Now, more than two years later, Seraphine Warren-Begay, Orlando Begay, Nelton Bekay and Josephine Bekay are each federally charged with kidnapping, aiding and abetting and conspiracy in the case, with a maximum penalty of life in prison.

The Bekays were arrested Tuesday and a federal judge declined prosecutors’ request to keep the pair behind bars until trial, releasing them to pretrial services. Warren-Begay and her husband have not been arrested.

“The United States acknowledges that the charges stem from 2021. The delay in prosecuting this matter is unacceptable,” according to prosecutors’ motion to detain the Bekays. “However, the delay does not forgive the above conduct or minimize the seriousness of the offense.”

It is unclear why charges weren’t filed until now or why the couples weren’t arrested when they brought the severely-injured man to San Juan County deputies, who had him taken to a hospital.

The couples told the deputies and subsequently FBI agents what they had done and authorities found an array of weapons on them, including a handgun, according to court records. The group also had photographs and video of the “bloody and paint covered” victim, identified as John Doe, taken during the kidnapping.

Doe told authorities he thought the group were law enforcement when they showed up to his family’s home, pepper-sprayed his relatives, including children, and took him away.

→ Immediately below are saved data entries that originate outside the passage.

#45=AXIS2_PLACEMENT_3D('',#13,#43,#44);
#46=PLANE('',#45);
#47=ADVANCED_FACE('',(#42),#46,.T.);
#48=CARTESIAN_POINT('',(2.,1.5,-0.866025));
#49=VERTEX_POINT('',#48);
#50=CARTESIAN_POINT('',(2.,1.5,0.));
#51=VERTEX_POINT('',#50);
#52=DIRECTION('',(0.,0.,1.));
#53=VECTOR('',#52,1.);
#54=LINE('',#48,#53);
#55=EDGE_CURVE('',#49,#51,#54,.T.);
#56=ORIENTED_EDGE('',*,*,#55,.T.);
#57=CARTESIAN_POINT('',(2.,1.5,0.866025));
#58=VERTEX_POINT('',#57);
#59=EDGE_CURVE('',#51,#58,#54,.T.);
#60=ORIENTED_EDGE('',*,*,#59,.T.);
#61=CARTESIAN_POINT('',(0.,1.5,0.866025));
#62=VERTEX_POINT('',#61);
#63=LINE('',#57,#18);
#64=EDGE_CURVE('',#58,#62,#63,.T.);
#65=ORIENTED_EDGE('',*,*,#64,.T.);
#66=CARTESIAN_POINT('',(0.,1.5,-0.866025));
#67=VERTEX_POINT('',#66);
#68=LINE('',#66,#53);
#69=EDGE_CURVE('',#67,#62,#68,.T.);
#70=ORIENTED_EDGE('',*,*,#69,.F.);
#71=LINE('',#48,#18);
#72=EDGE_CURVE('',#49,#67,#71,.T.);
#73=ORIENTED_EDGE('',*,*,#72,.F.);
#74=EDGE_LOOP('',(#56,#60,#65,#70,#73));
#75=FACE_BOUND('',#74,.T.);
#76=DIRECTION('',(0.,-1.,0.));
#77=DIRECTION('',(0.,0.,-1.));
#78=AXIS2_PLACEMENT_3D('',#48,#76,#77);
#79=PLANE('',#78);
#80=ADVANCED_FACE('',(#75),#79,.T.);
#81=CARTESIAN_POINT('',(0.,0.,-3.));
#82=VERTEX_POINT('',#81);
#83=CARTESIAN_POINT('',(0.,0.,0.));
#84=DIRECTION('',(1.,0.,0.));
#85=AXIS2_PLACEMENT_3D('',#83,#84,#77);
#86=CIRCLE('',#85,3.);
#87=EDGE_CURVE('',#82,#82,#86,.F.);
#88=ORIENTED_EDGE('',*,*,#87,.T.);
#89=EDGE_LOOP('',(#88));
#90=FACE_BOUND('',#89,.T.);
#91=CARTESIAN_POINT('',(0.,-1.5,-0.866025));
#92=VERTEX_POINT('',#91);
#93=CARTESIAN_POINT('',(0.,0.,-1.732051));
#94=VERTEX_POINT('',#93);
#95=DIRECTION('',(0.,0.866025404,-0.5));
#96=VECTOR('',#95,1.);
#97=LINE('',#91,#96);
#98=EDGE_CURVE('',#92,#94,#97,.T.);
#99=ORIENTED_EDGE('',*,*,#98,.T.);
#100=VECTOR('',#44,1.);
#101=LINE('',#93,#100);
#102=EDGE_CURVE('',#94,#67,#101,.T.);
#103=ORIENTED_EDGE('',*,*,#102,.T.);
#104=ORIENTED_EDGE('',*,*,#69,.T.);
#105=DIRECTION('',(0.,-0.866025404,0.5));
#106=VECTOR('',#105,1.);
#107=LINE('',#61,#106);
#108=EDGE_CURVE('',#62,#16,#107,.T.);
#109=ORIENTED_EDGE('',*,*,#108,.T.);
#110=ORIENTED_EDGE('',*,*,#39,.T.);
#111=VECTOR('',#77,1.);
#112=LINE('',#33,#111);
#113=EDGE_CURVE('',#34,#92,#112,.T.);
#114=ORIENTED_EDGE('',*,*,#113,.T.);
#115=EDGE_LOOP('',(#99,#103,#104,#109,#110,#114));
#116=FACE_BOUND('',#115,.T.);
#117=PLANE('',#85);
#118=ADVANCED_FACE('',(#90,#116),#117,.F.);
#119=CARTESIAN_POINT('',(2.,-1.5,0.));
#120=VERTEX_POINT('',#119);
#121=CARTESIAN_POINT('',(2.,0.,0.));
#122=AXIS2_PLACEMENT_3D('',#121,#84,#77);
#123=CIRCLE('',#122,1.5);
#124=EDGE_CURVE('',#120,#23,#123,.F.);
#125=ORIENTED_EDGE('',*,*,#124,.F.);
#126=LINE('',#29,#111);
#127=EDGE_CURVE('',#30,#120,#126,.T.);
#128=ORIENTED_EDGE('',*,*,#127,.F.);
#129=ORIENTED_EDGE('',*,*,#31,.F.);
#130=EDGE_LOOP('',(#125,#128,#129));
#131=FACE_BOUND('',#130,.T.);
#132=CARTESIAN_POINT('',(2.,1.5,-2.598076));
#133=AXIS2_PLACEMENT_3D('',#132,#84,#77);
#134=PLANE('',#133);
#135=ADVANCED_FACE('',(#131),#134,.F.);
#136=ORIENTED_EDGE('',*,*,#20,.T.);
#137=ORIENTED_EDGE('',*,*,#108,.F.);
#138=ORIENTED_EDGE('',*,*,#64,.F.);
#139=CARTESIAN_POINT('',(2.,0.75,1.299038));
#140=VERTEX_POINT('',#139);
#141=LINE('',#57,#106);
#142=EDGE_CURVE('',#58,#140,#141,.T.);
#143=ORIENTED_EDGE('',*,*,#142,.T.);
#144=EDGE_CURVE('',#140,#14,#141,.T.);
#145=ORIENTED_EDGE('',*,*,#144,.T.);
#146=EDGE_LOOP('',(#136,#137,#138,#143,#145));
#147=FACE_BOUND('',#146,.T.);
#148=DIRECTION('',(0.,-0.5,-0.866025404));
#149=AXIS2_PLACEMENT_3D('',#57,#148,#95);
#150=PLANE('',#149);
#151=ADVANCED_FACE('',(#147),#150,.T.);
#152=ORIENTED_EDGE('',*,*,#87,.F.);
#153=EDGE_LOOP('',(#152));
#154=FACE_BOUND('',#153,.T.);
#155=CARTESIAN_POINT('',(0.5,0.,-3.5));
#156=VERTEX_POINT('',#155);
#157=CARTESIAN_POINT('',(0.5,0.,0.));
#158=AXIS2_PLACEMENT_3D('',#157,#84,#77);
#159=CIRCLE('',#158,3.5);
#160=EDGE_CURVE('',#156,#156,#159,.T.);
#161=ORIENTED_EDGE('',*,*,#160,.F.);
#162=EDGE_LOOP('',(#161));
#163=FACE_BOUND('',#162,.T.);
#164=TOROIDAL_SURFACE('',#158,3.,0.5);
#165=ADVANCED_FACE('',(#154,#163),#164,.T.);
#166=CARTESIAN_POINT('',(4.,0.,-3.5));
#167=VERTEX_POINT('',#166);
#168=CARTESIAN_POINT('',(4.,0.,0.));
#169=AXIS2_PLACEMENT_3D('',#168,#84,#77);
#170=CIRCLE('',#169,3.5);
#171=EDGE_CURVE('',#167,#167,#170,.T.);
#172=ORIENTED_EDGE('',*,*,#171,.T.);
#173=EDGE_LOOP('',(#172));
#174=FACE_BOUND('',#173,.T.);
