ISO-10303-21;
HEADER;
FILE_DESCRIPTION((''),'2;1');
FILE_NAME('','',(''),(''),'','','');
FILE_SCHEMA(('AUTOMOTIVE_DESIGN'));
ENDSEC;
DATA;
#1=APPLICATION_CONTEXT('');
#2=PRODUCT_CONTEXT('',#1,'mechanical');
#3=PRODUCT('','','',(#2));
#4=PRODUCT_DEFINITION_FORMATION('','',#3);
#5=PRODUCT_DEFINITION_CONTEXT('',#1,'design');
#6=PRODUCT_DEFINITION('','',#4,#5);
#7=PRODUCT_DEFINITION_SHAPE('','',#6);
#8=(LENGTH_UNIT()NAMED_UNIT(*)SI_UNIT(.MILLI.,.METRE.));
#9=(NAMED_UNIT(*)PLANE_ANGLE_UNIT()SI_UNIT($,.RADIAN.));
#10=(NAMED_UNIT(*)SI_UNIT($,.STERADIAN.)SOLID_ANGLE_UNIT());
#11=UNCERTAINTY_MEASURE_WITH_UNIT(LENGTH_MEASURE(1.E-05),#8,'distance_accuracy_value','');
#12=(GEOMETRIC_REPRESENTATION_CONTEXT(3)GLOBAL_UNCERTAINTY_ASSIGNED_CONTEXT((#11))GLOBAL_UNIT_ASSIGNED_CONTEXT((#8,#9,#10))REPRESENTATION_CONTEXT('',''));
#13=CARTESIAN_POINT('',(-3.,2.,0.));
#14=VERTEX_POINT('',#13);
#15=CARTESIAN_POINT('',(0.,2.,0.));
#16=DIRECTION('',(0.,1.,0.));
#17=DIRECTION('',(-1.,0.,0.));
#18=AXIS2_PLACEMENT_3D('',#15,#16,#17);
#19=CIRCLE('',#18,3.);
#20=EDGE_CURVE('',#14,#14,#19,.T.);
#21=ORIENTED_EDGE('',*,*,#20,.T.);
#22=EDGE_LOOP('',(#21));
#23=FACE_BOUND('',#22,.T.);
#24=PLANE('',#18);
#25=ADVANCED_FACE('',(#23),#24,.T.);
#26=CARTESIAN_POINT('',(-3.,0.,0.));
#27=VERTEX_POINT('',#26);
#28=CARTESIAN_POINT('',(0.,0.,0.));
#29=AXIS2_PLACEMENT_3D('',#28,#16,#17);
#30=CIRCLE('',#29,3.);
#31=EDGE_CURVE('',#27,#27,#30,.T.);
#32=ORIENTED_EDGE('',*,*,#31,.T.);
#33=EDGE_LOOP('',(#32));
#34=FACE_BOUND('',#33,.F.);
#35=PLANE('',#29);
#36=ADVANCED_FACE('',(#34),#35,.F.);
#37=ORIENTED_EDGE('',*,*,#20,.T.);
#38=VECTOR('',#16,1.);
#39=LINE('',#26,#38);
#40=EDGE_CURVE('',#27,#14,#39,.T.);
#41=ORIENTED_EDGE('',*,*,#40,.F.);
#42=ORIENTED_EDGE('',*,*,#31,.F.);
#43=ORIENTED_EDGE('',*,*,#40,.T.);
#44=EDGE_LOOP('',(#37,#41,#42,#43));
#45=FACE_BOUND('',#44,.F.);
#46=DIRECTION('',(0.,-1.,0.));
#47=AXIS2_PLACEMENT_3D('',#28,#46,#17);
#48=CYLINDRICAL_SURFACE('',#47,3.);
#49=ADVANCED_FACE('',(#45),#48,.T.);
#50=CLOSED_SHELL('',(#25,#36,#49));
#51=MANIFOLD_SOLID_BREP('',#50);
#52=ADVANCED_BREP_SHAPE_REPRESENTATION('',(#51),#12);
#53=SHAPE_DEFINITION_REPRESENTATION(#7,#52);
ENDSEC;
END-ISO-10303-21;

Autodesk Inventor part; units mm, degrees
ref_plane "YZ Plane" through (0, 0, 0) normal (1, 0, 0) x (0, 1, 0)
ref_plane "XZ Plane" through (0, 0, 0) normal (0, 1, 0) x (-1, 0, 0)
ref_plane "XY Plane" through (0, 0, 0) normal (0, 0, 1) x (1, 0, 0)
sketch "Sketch1" plane through (0, 0, 0) normal (0, 1, 0) x (-1, 0, 0)
  circle A0 centre (0, 0) radius 3
  dimension "d0" = 6
extrude "Extrusion1" add sketch "Sketch1" along normal blind 2
properties part number "Magnet" material "Stainless Steel"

On March 28, 2021, Warren-Begay reported to police that her truck was stolen from a hotel in Farmington, according to the pretrial detention motion. She enlisted the help of her husband, sister Bekay and Bekay’s husband and “turned to Facebook and local gossip for answers” before she “set her sights” on Doe as the culprit.

In the process, according to authorities, Josephine Bekay “assaulted several innocent, unsuspecting members of the Navajo Nation on her quest to find John Doe.”

Prosecutors said the group went to confront Doe at his home in Red Valley, Arizona, bringing handcuffs, a Glock 9mm, pepper spray and metal baton. Josephine Bekay also allegedly test-fired the handgun “to make sure it was ready if needed” before they went to Doe’s home.

The four made it to Doe’s family property on April 1 and, at first, broke into the wrong home, where Doe’s relative lived with two sons, according to the motion. The relative told Warren-Begay they had the wrong house, telling her which one was Doe’s, before Bekay “pepper-sprayed everyone inside” and broke out the relative’s windows with a baton.

Prosecutors said the group then went to Doe’s house on the property, broke in, hit him with a baton, shot him with a paintball gun and handcuffed him. The group allegedly drove Doe into New Mexico looking for the stolen truck “while handcuffed, bleeding and covered in paint.”

After several hours of searching, the group decided to drop Doe off at the San Juan County jail and met with a deputy there, according to the motion. The deputy “determined that John Doe needed immediate medical attention” and called an ambulance.

Prosecutors said the group “had no evidence” that Doe had stolen Warren-Begay’s truck and based the kidnapping on “gossip, hearsay and contradicting eyewitness accounts of a matching truck roaming the Shiprock area.”

“This is vigilante justice,” according to the motion. “This is unacceptable and dangerous to society.”